> [PROBLEM STATEMENT]
Search the material and gather each line with "DIRECTION" in it.

> [INPUT DATA]
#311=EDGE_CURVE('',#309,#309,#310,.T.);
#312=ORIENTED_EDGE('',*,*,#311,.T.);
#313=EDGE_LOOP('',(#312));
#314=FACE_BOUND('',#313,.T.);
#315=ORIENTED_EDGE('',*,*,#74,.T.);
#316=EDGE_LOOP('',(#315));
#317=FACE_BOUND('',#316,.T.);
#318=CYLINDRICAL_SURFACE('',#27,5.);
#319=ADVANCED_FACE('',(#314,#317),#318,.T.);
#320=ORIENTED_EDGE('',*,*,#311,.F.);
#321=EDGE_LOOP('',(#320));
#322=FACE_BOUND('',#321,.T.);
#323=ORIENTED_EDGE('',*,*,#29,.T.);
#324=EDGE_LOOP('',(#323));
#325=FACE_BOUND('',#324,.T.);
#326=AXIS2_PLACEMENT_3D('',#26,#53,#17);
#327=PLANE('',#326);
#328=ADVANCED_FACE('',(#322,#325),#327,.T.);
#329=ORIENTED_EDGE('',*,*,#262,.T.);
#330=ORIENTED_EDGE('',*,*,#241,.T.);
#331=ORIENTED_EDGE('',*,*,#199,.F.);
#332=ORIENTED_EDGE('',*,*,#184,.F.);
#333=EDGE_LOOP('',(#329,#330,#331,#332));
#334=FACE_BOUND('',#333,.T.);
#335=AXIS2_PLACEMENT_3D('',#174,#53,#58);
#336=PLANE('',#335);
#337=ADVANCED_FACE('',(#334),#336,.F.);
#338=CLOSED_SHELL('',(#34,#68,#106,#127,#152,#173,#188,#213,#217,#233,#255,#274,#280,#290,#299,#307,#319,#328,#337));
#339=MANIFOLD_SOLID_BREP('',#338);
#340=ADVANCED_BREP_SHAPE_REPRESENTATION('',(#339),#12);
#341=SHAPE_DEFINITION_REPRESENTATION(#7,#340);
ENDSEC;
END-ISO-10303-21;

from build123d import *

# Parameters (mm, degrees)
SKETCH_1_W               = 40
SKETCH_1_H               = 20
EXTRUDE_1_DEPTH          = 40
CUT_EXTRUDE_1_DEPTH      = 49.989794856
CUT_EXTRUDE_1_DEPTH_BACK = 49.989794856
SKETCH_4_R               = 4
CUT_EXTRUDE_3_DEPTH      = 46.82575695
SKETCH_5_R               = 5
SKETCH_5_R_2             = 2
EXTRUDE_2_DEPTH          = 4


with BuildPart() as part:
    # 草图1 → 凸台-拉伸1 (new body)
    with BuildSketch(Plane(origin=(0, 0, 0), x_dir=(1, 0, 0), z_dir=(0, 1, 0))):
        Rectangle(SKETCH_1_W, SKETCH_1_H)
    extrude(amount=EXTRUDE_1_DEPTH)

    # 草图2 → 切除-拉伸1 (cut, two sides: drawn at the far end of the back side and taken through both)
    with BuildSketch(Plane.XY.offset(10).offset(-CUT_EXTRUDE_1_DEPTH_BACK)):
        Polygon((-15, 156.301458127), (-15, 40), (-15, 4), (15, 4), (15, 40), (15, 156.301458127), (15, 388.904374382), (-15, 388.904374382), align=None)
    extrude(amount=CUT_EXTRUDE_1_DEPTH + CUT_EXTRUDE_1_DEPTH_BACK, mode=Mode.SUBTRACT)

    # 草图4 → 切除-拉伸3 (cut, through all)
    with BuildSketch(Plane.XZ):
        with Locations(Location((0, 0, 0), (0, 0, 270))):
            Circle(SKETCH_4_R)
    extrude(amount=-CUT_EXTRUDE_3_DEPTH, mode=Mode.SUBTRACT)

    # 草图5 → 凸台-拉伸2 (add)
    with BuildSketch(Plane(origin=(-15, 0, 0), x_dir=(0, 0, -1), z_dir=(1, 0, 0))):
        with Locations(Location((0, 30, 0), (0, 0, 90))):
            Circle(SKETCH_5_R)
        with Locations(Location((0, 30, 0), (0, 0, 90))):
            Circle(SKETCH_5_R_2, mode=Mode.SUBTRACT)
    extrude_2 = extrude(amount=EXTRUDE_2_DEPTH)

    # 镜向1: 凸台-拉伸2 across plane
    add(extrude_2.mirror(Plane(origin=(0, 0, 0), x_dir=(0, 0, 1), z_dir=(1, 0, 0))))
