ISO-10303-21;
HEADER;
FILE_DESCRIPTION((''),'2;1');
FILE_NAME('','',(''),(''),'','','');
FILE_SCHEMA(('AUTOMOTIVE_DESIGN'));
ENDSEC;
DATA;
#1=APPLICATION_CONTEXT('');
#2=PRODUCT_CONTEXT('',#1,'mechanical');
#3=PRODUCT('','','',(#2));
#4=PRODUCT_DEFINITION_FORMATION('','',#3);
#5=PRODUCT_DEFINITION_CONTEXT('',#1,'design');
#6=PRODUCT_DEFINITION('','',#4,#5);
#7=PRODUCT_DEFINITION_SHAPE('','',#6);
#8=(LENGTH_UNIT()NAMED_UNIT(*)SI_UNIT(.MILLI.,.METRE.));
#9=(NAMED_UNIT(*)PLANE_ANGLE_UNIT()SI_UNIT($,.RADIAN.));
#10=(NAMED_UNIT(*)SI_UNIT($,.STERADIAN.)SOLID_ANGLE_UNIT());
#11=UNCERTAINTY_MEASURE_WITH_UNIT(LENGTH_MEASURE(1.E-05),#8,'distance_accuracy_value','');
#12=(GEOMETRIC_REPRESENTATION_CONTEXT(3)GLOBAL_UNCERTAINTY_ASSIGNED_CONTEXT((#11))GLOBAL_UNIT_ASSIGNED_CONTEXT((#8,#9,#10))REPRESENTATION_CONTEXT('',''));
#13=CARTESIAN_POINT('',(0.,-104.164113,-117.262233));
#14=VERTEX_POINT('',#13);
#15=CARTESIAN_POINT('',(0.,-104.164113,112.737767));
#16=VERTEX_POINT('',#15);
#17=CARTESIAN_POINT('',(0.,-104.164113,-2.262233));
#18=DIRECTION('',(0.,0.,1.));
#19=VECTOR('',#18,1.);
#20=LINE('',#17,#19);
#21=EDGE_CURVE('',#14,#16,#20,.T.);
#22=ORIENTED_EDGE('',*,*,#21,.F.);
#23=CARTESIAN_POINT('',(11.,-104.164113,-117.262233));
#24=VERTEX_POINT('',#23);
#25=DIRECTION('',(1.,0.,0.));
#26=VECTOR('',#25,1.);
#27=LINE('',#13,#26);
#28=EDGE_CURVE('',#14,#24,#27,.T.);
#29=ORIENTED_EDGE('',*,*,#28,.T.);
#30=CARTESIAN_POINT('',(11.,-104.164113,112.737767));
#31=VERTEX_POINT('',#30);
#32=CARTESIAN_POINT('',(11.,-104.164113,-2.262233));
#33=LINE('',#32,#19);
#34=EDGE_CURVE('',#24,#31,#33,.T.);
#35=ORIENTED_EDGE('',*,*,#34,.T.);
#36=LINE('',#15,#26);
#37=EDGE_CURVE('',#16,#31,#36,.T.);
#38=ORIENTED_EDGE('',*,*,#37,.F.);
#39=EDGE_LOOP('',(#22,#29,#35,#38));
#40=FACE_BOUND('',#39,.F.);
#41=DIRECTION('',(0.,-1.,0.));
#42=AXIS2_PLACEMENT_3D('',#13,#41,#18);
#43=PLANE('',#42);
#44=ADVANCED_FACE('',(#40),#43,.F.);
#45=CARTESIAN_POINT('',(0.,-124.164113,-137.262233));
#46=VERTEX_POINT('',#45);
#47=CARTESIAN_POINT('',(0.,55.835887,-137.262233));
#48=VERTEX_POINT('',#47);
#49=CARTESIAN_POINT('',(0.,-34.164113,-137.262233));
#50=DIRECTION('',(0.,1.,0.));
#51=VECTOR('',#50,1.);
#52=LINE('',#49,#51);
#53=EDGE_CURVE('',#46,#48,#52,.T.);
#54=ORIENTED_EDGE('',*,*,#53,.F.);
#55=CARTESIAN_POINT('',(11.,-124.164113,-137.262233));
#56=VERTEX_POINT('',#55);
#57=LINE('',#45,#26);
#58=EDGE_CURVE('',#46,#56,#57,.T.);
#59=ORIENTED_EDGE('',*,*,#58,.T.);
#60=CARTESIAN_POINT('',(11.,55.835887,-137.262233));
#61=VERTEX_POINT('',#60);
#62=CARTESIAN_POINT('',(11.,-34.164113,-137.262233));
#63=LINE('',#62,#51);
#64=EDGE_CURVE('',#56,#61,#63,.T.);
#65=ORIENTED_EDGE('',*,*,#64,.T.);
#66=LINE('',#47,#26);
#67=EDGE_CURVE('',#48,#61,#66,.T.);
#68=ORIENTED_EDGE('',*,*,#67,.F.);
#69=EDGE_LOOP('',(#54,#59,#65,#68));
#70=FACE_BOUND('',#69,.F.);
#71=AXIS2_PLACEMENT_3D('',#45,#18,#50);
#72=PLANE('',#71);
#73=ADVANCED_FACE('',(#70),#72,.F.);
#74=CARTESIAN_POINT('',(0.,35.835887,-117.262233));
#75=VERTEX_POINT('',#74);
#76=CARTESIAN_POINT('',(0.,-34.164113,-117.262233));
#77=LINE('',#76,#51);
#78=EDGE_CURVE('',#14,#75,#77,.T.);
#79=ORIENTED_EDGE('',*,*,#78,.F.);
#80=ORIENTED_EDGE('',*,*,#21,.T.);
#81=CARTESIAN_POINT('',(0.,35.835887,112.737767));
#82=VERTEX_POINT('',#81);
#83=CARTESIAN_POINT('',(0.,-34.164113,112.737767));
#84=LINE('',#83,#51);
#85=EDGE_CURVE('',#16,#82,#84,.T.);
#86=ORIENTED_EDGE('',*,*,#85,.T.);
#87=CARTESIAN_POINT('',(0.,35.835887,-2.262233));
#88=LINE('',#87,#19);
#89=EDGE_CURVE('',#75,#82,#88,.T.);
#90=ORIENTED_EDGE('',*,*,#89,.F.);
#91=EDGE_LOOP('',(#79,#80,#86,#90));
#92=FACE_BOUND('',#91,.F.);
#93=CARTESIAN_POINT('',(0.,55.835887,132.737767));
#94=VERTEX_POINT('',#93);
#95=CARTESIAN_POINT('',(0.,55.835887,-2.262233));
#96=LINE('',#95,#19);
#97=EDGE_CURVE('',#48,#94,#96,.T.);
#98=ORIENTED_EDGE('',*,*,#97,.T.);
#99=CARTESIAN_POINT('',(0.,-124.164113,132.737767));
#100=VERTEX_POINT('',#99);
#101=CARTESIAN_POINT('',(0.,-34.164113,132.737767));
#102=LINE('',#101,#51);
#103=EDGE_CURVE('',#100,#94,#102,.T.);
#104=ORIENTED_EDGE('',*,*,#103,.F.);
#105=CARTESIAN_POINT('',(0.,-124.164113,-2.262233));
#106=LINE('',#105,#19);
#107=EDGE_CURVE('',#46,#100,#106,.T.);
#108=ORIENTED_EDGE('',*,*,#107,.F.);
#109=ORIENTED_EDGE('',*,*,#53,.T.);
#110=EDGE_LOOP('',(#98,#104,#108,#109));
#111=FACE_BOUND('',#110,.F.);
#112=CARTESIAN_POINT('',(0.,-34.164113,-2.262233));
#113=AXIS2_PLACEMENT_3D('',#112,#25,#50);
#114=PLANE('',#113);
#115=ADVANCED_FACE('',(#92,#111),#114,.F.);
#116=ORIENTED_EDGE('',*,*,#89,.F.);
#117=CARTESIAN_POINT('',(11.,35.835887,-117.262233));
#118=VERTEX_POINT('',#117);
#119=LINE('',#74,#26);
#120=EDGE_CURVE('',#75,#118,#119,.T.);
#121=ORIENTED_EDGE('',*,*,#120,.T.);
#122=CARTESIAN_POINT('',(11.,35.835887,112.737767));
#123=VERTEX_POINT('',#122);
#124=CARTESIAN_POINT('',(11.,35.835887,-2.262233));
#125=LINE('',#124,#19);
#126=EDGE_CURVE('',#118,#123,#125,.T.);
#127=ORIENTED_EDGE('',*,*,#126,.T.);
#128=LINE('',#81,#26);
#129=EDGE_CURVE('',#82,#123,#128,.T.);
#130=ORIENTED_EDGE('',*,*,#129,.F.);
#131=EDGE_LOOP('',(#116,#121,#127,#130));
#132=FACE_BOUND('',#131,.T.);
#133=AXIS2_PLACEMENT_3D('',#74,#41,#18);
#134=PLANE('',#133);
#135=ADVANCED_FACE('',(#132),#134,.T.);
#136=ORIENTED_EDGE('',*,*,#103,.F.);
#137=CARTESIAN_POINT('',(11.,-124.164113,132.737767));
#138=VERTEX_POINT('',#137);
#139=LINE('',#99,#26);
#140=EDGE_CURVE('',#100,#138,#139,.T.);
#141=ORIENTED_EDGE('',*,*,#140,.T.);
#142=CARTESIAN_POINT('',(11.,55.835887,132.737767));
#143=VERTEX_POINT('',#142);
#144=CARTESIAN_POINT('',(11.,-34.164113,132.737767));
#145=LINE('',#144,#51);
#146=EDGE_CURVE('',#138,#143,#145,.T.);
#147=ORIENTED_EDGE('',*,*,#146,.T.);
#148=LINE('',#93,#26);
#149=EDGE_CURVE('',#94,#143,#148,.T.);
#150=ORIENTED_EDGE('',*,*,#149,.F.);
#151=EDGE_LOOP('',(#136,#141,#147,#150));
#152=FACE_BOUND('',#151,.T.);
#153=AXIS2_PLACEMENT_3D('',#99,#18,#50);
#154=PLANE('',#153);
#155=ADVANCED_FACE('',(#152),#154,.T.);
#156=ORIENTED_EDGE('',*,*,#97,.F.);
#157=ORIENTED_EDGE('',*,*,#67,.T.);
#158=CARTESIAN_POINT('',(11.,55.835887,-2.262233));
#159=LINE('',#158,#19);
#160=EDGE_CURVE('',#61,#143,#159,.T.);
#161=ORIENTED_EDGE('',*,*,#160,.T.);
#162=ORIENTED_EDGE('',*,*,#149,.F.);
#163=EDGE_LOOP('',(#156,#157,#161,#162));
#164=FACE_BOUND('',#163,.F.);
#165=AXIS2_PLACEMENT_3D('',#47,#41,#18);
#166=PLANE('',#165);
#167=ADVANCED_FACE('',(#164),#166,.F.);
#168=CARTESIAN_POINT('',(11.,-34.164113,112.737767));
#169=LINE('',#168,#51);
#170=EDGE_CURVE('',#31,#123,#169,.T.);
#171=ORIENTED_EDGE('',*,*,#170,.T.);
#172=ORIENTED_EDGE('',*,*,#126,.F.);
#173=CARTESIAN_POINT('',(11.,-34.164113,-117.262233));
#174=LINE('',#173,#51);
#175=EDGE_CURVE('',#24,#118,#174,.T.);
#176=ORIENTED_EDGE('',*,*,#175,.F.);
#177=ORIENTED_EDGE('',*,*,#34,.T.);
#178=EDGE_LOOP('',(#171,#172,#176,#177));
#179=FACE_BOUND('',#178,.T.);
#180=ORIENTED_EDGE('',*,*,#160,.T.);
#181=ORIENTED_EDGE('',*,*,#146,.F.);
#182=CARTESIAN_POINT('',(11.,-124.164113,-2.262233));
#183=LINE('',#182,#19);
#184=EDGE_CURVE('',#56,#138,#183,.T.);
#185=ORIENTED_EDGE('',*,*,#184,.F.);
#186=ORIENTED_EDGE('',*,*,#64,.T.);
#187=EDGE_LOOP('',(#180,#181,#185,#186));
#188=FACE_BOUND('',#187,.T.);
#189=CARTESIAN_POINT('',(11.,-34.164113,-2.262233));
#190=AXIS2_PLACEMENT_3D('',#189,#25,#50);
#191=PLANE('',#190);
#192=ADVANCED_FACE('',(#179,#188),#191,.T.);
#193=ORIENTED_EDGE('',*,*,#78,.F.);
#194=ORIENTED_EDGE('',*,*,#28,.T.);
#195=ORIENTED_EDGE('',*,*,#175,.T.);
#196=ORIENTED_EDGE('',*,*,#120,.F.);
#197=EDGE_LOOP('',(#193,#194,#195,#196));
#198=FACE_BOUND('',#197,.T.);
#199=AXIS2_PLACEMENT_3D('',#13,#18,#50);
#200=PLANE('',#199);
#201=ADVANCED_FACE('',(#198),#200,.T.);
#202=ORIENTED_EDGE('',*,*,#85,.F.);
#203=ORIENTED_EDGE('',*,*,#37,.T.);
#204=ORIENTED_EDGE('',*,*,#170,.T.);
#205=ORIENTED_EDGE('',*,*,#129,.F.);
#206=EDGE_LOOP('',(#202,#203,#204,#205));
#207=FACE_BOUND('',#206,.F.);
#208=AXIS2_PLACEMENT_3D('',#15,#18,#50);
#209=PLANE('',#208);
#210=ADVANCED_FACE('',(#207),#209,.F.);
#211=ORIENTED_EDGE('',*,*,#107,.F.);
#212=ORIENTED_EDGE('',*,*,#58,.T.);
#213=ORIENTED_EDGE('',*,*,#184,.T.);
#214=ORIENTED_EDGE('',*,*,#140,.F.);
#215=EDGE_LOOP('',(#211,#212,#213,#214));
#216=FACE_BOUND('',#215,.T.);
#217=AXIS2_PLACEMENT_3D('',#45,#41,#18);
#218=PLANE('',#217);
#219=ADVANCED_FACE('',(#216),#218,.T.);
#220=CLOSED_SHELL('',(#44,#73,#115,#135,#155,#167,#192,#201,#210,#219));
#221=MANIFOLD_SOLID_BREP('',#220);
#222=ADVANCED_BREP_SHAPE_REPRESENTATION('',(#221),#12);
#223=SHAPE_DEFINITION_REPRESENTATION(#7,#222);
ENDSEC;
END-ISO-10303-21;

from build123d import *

# Parameters (mm, degrees)
F0_W     = 180
F0_H     = 270
F0_W_2   = 140
F0_H_2   = 230
F1_DEPTH = 11


with BuildPart() as f1:
    # F0 (on Right) → F1 (new body)
    with BuildSketch(Plane.YZ):
        with Locations((-34.164113, -2.262233)):
            Rectangle(F0_W, F0_H)
        with Locations((-34.164113, -2.262233)):
            Rectangle(F0_W_2, F0_H_2, mode=Mode.SUBTRACT)
    extrude(amount=F1_DEPTH)


solid = f1.part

> [EXPECTED OUTPUT]
#18=DIRECTION('',(0.,0.,1.));
#25=DIRECTION('',(1.,0.,0.));
#41=DIRECTION('',(0.,-1.,0.));
#50=DIRECTION('',(0.,1.,0.));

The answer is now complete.